A common denominator Laura identified both in his own clients and his coaching work is the illusion of retirement.

“You’re going into this a minefield of change, and everyone around you is treating it as if it’s a happy, carefree time,” Laura says.

Yet neither society nor corporate retirement-planning programs understand the drastic personal adaptation ahead for retirees.

It’s important for each person to evaluate what they want and not what others think. For example, he says, research shows retirees need lots of friends, but a client might be someone who’s happiest with just one or two close friends.

“So, research doesn’t always take into account that human element that people need … or plan for what they want,” Laura says.
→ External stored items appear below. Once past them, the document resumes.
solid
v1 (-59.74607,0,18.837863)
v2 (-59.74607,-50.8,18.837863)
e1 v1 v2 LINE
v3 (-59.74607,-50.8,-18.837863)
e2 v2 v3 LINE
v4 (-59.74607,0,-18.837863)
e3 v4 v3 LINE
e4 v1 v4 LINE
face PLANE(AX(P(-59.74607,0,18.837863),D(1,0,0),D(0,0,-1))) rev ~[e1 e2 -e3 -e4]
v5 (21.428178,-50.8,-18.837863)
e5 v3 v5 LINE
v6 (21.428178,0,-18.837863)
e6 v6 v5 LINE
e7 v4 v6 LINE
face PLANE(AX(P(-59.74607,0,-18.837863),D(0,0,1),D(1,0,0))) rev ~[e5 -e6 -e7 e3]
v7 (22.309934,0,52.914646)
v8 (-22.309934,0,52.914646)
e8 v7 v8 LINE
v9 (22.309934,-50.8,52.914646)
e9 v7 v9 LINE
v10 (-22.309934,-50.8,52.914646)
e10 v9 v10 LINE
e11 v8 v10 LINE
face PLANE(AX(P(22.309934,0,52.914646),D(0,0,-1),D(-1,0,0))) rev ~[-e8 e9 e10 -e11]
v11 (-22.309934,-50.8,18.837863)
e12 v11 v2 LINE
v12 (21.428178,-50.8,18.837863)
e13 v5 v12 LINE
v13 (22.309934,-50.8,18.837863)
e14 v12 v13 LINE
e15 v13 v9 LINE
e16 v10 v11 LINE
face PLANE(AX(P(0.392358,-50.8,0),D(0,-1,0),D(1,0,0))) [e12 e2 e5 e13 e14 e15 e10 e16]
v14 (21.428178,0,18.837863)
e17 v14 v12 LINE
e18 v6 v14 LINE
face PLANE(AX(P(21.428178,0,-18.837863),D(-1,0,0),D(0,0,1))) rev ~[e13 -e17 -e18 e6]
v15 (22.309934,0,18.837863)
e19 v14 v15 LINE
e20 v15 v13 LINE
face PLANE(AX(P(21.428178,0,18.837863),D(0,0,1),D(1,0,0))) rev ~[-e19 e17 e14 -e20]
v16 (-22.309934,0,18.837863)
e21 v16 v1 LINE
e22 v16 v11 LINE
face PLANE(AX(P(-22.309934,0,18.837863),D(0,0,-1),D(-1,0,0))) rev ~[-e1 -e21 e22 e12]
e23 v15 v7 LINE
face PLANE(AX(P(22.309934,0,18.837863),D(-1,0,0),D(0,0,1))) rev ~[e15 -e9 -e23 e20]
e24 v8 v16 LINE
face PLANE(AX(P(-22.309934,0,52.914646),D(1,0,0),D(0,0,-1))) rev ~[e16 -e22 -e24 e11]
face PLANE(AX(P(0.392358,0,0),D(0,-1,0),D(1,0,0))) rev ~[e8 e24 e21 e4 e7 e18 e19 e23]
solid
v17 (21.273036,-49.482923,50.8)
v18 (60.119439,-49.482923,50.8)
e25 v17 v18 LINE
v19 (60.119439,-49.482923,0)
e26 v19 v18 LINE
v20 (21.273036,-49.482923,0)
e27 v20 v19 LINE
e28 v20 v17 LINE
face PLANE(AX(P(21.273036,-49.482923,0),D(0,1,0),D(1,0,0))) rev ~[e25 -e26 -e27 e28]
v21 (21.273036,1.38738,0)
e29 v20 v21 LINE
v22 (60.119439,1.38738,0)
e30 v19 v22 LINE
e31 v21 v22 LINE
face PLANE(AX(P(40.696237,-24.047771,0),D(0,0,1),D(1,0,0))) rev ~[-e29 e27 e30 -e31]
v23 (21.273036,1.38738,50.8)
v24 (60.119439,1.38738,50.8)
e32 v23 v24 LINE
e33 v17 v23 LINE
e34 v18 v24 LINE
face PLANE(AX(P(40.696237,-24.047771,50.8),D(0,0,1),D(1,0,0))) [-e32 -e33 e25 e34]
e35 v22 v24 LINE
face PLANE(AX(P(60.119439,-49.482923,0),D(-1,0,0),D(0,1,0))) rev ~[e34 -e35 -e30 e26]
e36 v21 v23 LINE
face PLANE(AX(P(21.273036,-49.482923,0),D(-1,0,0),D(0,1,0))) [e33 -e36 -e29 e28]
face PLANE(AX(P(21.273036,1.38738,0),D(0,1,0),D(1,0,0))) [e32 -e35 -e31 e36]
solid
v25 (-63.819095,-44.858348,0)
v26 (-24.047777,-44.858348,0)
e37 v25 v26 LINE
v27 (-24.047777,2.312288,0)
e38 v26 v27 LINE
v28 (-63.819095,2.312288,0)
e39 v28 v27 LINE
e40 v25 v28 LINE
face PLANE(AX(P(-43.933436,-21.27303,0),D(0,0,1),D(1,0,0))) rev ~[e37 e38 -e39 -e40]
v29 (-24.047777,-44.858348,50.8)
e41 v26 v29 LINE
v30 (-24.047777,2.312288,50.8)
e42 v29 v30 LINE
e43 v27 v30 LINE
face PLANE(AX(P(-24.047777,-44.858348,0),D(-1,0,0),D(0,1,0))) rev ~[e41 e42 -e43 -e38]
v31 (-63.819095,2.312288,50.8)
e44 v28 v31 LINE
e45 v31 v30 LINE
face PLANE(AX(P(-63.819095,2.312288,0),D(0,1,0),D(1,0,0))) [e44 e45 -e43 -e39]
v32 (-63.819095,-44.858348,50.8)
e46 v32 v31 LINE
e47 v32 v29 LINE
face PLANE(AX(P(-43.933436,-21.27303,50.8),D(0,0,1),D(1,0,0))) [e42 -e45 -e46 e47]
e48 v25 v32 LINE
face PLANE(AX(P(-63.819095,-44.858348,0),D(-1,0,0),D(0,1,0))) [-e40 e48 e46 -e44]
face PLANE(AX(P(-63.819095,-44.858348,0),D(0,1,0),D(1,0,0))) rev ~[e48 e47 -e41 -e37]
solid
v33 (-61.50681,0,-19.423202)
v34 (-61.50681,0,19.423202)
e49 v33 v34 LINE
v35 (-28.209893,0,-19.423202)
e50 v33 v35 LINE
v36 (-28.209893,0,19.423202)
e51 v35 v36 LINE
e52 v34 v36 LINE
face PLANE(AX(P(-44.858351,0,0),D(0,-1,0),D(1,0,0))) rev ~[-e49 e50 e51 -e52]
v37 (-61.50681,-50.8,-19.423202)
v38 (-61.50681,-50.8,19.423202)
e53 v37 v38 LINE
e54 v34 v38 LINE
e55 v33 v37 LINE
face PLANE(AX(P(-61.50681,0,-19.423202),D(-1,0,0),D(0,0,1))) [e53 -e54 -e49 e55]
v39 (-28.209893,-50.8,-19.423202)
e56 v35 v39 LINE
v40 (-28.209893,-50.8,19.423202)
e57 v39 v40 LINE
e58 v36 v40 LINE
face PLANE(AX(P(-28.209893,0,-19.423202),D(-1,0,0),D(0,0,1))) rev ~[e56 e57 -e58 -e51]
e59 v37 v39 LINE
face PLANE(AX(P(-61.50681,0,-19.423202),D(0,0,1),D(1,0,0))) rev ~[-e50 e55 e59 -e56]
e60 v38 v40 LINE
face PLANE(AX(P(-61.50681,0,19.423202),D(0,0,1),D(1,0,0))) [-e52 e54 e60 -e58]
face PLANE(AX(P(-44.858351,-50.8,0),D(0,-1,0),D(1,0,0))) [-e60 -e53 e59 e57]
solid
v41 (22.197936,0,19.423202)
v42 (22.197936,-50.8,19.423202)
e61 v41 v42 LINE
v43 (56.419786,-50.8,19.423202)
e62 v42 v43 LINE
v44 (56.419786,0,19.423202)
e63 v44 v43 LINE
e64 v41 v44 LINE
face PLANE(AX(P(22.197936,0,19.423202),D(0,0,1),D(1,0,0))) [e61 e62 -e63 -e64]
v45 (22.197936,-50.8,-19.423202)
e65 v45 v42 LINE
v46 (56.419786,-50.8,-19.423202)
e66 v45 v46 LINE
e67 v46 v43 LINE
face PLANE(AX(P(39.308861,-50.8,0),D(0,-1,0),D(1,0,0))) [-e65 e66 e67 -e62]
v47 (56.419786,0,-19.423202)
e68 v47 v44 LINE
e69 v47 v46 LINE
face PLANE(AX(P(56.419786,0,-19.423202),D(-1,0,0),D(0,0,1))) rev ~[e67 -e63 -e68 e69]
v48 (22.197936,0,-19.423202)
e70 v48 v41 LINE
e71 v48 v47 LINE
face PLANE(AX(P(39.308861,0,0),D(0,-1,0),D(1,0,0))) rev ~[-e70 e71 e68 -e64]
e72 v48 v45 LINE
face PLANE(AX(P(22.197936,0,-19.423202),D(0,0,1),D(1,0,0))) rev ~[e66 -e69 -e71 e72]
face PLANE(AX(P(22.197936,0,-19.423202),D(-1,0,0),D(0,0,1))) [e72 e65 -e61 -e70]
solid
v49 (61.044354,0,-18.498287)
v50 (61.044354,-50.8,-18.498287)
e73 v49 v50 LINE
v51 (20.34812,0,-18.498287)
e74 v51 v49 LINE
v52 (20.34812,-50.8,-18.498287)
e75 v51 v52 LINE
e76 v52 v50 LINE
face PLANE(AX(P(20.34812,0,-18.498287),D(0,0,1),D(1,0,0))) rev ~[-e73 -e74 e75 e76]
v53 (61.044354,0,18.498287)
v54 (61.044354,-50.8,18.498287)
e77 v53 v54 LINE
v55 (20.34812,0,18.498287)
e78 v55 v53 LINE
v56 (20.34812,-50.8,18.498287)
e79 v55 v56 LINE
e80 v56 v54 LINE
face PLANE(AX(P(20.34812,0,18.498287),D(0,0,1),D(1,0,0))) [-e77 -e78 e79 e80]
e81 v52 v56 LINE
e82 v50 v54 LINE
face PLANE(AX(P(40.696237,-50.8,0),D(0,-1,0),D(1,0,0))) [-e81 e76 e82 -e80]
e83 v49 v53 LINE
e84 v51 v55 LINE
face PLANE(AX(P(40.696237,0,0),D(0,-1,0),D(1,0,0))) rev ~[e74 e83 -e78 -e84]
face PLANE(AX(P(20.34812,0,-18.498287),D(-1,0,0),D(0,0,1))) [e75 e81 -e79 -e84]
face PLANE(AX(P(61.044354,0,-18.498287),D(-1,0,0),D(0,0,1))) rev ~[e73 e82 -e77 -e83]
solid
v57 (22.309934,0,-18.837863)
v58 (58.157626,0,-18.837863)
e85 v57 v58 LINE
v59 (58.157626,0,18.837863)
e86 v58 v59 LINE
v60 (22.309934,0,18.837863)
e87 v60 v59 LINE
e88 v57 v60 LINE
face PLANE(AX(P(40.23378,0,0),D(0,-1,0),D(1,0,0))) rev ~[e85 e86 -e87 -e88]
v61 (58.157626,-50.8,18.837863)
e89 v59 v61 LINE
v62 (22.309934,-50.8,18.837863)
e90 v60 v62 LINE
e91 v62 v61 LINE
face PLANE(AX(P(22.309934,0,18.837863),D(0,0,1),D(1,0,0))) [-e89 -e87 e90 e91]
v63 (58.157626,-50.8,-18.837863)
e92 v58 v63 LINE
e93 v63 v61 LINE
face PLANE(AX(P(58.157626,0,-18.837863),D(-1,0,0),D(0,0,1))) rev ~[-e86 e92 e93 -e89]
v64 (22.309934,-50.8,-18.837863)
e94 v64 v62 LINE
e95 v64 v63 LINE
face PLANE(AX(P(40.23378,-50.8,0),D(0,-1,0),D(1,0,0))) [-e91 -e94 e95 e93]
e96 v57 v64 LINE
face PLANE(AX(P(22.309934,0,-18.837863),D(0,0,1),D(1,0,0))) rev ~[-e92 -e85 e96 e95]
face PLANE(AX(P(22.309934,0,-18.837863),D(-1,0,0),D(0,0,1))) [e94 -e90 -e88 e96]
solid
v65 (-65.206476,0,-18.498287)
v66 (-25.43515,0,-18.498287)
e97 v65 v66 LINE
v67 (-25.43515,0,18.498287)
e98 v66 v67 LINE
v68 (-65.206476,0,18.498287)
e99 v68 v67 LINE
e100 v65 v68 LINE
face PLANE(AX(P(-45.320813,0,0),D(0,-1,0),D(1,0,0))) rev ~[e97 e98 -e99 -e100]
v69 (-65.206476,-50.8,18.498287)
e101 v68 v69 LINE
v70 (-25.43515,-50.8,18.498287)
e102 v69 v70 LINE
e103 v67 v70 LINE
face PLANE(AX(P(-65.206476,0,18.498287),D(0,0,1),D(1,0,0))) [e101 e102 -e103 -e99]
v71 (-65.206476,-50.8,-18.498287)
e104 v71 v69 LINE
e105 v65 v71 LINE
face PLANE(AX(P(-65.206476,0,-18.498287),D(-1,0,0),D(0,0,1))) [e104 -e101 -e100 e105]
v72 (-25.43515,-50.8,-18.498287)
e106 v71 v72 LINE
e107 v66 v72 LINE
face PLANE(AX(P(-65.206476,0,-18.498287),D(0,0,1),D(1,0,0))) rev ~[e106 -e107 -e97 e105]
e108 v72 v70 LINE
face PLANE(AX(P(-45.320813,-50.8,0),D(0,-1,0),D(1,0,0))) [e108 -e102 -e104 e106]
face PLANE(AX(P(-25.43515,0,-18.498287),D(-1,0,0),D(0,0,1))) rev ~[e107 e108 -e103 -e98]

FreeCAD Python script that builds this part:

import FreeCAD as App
import Part
import Sketcher
Q = App.Units.Quantity


def add_polygon(sketch, points):
    """Adds a closed chain of lines whose ends are joined by coincident constraints."""
    first, n = sketch.GeometryCount, len(points)
    for a, b in zip(points, points[1:] + points[:1]):
        sketch.addGeometry(Part.LineSegment(App.Vector(*a, 0), App.Vector(*b, 0)), False)
    for i in range(n):
        sketch.addConstraint(Sketcher.Constraint("Coincident", first + i, 2, first + (i + 1) % n, 1))

doc = App.newDocument("Part")
body = doc.addObject("PartDesign::Body", "Body")

# Sketch on XZ plane
sketch1 = doc.addObject("Sketcher::SketchObject", "Sketch")
body.addObject(sketch1)
sketch1.AttachmentSupport = (doc.XZ_Plane, [""])
sketch1.MapMode = "FlatFace"
add_polygon(sketch1, [(22, 19), (22, -19), (58, -19), (58, 19)])  # lines 0-3
sketch1.addConstraint([
    Sketcher.Constraint("Vertical", 0),
    Sketcher.Constraint("Horizontal", 1),
    Sketcher.Constraint("Vertical", 2),
    Sketcher.Constraint("Horizontal", 3),
    Sketcher.Constraint("DistanceX", 1, 1, 1, 2, 35.847692),
    Sketcher.Constraint("DistanceY", 0, 2, 0, 1, 37.675725),
    Sketcher.Constraint("DistanceX", -1, 1, 0, 2, 22.309934),
    Sketcher.Constraint("DistanceY", 0, 2, -1, 1, 18.837863),
])
pad1 = doc.addObject("PartDesign::Pad", "Pad")
body.addObject(pad1)
pad1.Profile = sketch1
pad1.Length = Q("2 in")
body2 = doc.addObject("PartDesign::Body", "Body001")

# Sketch on XZ plane
sketch2 = doc.addObject("Sketcher::SketchObject", "Sketch001")
body2.addObject(sketch2)
sketch2.AttachmentSupport = (doc.getObject("XZ_Plane001"), [""])
sketch2.MapMode = "FlatFace"
add_polygon(sketch2, [(21.4, -18.8), (21.4, 18.8), (22.3, 18.8), (22.3, 52.9), (-22.3, 52.9), (-22.3, 18.8), (-59.7, 18.8), (-59.7, -18.8)])  # lines 0-7
sketch2.addConstraint([
    Sketcher.Constraint("Vertical", 0),
    Sketcher.Constraint("Horizontal", 1),
    Sketcher.Constraint("Vertical", 2),
    Sketcher.Constraint("Horizontal", 3),
    Sketcher.Constraint("Vertical", 4),
    Sketcher.Constraint("Horizontal", 5),
    Sketcher.Constraint("Vertical", 6),
    Sketcher.Constraint("Horizontal", 7),
    Sketcher.Constraint("Symmetric", 1, 2, 4, 2, -2),
    Sketcher.Constraint("DistanceX", 1, 1, 1, 2, 0.881755),
    Sketcher.Constraint("DistanceX", 3, 2, 3, 1, 44.619867),
    Sketcher.Constraint("DistanceX", 5, 2, 5, 1, 37.436136),
    Sketcher.Constraint("DistanceY", 0, 1, 0, 2, 37.675725),
    Sketcher.Constraint("DistanceY", 2, 1, 2, 2, 34.076783),
    Sketcher.Constraint("DistanceY", -1, 1, 0, 2, 18.837863),
])
pad2 = doc.addObject("PartDesign::Pad", "Pad001")
body2.addObject(pad2)
pad2.Profile = sketch2
pad2.Length = Q("2 in")
body3 = doc.addObject("PartDesign::Body", "Body002")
No one really “fits in the box.”

Retirement is not just about the money, he says. People often lose their sense of purpose and direction in life, if they haven’t formed a sensible plan for themselves.

“The sooner clients and advisors ‘get’ that money is just a small part, about 20%, of an overall retirement plan because all these other (subjective) factors,” Laura says, “they’ll see that it’s about making an impact” in retired life.

The definition of retirement is changing, too, Laura says.

“You’re not done at 62 or 65 or 67 or 70. Age doesn’t mean you have to retire,” Laura says. “We’re seeing people at 65 say, ‘Wait a minute. The gas tank is not empty here. I like what I do, and I have life balance.’”

“But society hasn’t caught up. We want to change that,” he says.

Linda Hildebrand is a longtime newspaper editor and consumer-action reporter.